Instructions for the task
Filter the entries for the word "construction". Copy each line in which it occurs.

Extracted data
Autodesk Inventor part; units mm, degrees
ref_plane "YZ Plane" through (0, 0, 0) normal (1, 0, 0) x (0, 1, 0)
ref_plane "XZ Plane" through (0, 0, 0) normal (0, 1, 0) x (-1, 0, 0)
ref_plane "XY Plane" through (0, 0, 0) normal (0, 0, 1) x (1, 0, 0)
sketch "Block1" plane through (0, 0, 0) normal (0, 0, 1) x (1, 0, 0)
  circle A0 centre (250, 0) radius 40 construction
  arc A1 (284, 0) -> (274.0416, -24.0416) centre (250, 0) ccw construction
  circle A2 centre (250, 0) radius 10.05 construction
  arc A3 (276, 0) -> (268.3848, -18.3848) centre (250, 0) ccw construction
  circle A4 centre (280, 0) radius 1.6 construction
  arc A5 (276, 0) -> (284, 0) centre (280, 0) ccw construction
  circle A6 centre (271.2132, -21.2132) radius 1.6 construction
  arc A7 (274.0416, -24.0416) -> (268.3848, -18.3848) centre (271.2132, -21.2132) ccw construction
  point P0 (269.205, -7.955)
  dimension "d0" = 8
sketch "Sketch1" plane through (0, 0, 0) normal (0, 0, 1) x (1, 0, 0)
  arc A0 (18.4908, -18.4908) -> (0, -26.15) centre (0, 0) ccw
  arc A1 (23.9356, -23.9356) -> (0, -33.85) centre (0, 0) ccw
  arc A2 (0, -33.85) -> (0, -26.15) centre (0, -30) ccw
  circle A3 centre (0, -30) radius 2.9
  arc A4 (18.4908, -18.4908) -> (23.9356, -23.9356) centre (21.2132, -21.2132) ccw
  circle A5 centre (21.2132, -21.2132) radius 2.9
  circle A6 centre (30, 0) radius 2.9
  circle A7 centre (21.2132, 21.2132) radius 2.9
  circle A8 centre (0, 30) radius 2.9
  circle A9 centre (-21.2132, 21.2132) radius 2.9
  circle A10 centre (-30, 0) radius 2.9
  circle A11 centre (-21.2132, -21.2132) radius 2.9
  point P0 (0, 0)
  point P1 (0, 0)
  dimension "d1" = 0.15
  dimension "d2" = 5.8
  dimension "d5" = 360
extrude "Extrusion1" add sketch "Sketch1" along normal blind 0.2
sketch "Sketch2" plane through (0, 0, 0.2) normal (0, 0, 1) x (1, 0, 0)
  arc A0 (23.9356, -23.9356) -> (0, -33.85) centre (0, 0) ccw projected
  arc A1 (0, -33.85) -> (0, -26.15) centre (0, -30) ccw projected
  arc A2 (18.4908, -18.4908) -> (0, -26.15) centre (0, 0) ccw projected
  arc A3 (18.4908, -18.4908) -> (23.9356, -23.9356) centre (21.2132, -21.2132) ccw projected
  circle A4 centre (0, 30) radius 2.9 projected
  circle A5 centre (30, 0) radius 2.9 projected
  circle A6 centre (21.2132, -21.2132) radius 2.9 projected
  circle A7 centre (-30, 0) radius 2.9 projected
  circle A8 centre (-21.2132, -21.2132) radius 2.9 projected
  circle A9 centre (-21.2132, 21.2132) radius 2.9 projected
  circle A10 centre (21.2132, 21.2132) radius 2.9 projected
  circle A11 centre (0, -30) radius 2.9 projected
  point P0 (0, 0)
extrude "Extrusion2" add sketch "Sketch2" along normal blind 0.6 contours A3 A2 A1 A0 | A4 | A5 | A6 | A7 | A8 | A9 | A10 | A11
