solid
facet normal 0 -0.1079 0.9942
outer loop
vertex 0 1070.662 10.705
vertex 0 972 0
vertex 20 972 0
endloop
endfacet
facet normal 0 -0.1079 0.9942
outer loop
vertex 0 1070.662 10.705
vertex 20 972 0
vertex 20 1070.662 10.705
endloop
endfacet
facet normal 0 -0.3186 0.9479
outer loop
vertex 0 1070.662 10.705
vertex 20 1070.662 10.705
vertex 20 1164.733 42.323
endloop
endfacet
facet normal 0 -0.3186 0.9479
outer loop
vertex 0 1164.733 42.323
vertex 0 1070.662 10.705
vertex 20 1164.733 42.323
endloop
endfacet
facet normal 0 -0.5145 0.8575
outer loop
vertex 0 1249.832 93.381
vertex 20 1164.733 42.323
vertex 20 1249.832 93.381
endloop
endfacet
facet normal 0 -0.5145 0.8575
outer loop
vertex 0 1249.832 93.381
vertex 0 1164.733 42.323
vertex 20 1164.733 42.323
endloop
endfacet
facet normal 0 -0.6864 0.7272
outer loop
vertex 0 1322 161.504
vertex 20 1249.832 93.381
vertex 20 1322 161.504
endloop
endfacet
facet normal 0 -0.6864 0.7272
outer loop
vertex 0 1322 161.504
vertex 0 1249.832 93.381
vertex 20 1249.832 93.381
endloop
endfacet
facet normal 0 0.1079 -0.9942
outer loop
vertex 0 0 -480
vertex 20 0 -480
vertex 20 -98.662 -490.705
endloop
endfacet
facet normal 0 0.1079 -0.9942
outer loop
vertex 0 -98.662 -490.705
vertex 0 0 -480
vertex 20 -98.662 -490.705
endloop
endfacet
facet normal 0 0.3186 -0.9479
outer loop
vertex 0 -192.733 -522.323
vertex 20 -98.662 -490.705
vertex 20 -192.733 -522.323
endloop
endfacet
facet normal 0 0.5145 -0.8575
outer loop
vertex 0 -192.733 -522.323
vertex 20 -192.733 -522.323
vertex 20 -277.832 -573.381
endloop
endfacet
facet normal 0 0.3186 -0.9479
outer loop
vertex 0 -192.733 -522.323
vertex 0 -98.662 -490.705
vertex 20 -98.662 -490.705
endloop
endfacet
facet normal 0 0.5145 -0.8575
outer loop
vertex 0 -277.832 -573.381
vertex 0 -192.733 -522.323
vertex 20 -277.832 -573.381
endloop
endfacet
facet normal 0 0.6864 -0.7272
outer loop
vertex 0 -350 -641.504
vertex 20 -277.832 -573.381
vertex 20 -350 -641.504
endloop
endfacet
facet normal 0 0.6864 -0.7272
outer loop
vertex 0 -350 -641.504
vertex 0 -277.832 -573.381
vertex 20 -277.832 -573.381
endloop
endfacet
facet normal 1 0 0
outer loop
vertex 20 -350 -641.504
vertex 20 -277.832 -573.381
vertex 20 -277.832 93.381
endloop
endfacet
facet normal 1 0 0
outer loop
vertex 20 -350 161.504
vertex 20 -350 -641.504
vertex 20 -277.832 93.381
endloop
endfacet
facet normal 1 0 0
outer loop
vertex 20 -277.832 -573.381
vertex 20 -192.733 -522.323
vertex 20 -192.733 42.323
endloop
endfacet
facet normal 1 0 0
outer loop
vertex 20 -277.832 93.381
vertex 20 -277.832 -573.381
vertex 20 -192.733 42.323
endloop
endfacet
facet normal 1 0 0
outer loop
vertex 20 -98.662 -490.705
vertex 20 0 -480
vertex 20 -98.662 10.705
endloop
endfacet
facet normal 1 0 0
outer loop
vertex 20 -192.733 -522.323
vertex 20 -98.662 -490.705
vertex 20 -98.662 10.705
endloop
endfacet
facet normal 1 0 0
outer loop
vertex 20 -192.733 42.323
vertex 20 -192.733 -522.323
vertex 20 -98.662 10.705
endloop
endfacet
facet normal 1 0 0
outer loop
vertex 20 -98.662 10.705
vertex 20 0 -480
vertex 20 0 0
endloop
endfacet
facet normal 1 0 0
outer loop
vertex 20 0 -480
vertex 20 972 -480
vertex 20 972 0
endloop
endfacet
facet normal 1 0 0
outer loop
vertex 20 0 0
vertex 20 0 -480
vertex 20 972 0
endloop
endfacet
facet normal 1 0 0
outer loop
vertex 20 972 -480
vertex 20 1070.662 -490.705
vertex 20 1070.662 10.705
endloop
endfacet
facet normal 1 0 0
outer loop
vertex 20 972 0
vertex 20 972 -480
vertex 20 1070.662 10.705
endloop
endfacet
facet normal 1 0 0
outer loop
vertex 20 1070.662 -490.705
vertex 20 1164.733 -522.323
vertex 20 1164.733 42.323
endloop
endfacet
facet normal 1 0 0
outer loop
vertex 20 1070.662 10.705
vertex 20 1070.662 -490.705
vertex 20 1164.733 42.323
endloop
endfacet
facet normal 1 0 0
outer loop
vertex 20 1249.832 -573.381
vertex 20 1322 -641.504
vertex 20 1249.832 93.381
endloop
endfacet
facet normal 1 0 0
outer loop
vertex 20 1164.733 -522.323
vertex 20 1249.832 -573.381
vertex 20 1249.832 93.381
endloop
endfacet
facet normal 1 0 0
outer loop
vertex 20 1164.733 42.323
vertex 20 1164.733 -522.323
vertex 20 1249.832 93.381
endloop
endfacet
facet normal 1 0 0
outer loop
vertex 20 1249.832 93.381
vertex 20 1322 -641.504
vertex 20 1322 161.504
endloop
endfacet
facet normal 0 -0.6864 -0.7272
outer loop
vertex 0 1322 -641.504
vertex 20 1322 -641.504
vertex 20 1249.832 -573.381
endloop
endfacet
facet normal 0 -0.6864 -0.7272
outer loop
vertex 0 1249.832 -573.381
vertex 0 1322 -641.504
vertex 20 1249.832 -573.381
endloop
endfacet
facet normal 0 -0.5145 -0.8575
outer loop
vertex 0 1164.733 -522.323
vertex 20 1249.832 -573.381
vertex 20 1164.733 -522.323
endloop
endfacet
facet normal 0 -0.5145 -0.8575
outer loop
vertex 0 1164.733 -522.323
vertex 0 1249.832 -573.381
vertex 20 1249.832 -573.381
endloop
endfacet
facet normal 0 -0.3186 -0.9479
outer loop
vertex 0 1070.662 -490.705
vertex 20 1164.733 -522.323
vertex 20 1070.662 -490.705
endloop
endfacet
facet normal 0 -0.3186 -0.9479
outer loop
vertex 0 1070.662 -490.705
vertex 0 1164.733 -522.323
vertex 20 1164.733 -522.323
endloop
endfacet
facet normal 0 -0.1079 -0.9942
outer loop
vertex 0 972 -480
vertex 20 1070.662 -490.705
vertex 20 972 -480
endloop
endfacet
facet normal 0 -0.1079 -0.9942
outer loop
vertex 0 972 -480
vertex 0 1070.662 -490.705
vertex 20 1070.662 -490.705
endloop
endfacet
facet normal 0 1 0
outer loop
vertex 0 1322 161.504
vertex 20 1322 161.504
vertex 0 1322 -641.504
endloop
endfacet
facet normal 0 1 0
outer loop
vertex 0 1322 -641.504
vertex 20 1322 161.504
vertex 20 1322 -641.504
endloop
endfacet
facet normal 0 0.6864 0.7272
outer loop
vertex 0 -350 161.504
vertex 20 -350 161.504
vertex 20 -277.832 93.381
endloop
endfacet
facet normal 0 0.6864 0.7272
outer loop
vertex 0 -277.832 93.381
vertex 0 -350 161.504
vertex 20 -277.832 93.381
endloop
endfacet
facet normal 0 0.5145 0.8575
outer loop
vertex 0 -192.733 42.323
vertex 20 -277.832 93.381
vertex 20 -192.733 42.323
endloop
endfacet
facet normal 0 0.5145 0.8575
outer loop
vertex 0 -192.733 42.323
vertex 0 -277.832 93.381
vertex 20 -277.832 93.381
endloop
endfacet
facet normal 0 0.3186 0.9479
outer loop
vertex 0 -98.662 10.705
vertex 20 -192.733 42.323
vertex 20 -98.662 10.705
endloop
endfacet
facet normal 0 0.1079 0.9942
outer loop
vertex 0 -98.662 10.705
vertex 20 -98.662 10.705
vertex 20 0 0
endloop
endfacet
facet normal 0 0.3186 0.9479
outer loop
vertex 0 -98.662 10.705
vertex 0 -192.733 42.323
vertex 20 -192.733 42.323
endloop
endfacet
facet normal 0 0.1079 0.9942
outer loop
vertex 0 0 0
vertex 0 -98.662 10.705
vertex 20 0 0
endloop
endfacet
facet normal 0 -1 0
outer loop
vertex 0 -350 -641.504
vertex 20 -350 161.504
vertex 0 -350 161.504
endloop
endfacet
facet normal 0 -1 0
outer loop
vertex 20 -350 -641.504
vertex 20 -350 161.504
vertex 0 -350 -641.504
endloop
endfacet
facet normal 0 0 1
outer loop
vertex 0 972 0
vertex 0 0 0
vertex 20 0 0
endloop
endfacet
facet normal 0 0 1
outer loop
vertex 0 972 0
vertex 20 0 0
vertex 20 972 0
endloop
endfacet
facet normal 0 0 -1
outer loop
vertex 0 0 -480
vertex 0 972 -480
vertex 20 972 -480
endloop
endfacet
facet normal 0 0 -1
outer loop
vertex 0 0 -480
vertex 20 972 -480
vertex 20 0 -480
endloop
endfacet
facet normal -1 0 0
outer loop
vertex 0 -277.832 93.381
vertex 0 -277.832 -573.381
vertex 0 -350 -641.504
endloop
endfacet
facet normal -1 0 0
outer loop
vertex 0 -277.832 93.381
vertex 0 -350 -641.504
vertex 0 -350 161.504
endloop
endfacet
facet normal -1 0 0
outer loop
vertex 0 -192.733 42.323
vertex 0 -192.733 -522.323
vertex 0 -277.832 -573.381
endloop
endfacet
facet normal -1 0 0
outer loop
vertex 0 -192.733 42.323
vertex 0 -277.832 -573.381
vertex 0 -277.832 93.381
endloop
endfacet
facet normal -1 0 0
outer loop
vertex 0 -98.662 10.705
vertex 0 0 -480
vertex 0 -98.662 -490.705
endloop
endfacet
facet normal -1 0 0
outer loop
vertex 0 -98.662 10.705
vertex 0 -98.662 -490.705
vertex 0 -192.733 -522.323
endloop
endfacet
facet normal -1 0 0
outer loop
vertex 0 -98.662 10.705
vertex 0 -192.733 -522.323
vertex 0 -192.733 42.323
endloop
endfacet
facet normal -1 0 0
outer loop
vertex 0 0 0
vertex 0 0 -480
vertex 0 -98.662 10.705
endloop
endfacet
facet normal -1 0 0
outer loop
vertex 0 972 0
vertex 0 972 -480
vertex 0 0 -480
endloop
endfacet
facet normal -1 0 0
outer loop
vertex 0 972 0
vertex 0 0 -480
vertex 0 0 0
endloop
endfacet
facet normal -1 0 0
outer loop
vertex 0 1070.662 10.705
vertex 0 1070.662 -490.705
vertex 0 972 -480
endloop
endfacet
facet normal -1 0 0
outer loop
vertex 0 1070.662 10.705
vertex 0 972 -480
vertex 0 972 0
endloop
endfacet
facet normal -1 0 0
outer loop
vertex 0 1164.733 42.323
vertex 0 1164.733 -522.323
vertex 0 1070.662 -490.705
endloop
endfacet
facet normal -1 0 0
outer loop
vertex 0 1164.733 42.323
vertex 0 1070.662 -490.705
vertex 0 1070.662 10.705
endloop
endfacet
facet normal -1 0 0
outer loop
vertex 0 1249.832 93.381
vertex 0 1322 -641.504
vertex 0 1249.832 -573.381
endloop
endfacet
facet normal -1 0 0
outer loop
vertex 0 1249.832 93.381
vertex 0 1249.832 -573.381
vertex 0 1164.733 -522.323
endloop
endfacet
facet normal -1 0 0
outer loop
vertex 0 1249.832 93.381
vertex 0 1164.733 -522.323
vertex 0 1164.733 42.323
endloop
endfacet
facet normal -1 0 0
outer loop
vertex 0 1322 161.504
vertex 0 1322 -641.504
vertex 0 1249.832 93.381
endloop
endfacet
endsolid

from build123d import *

# Parameters (mm, degrees)
BOSS_EXTRUDE1_DEPTH = 20
CUT_EXTRUDE1_DEPTH  = 20


with BuildPart() as part:
    # Sketch1 → Boss-Extrude1 (new body)
    with BuildSketch(Plane(origin=(0, 0, 0), x_dir=(0, 0, -1), z_dir=(1, 0, 0))):
        with BuildLine():
            Line((0, 0), (0, 972))
            ThreePointArc((0, 972), (-134.730880654, 1297.269119346), (-460, 1432))
            Line((-460, 1432), (940, 1432))
            ThreePointArc((940, 1432), (614.730880654, 1297.269119346), (480, 972))
            Line((480, 972), (480, 0))
            ThreePointArc((480, 0), (614.730880654, -325.269119346), (940, -460))
            Line((940, -460), (-460, -460))
            ThreePointArc((-460, -460), (-134.730880654, -325.269119346), (0, 0))
        make_face()
    extrude(amount=BOSS_EXTRUDE1_DEPTH)

    # Sketch2 → Cut-Extrude1 (cut)
    with BuildSketch(Plane(origin=(20, 0, 0), x_dir=(0, 0, -1), z_dir=(1, 0, 0))):
        Polygon((-460, 1322), (1004.695967819, 1322), (1004.695967819, 1530.227687148), (-489.352876869, 1530.227687148), align=None)
        Polygon((1004.695967819, -350), (1004.695967819, -558.227687148), (-489.352876869, -558.227687148), (-460, -350), align=None)
    extrude(amount=-CUT_EXTRUDE1_DEPTH, mode=Mode.SUBTRACT)


solid = part.part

Answer area
  circle A0 centre (250, 0) radius 40 construction
  arc A1 (284, 0) -> (274.0416, -24.0416) centre (250, 0) ccw construction
  circle A2 centre (250, 0) radius 10.05 construction
  arc A3 (276, 0) -> (268.3848, -18.3848) centre (250, 0) ccw construction
  circle A4 centre (280, 0) radius 1.6 construction
  arc A5 (276, 0) -> (284, 0) centre (280, 0) ccw construction
  circle A6 centre (271.2132, -21.2132) radius 1.6 construction
  arc A7 (274.0416, -24.0416) -> (268.3848, -18.3848) centre (271.2132, -21.2132) ccw construction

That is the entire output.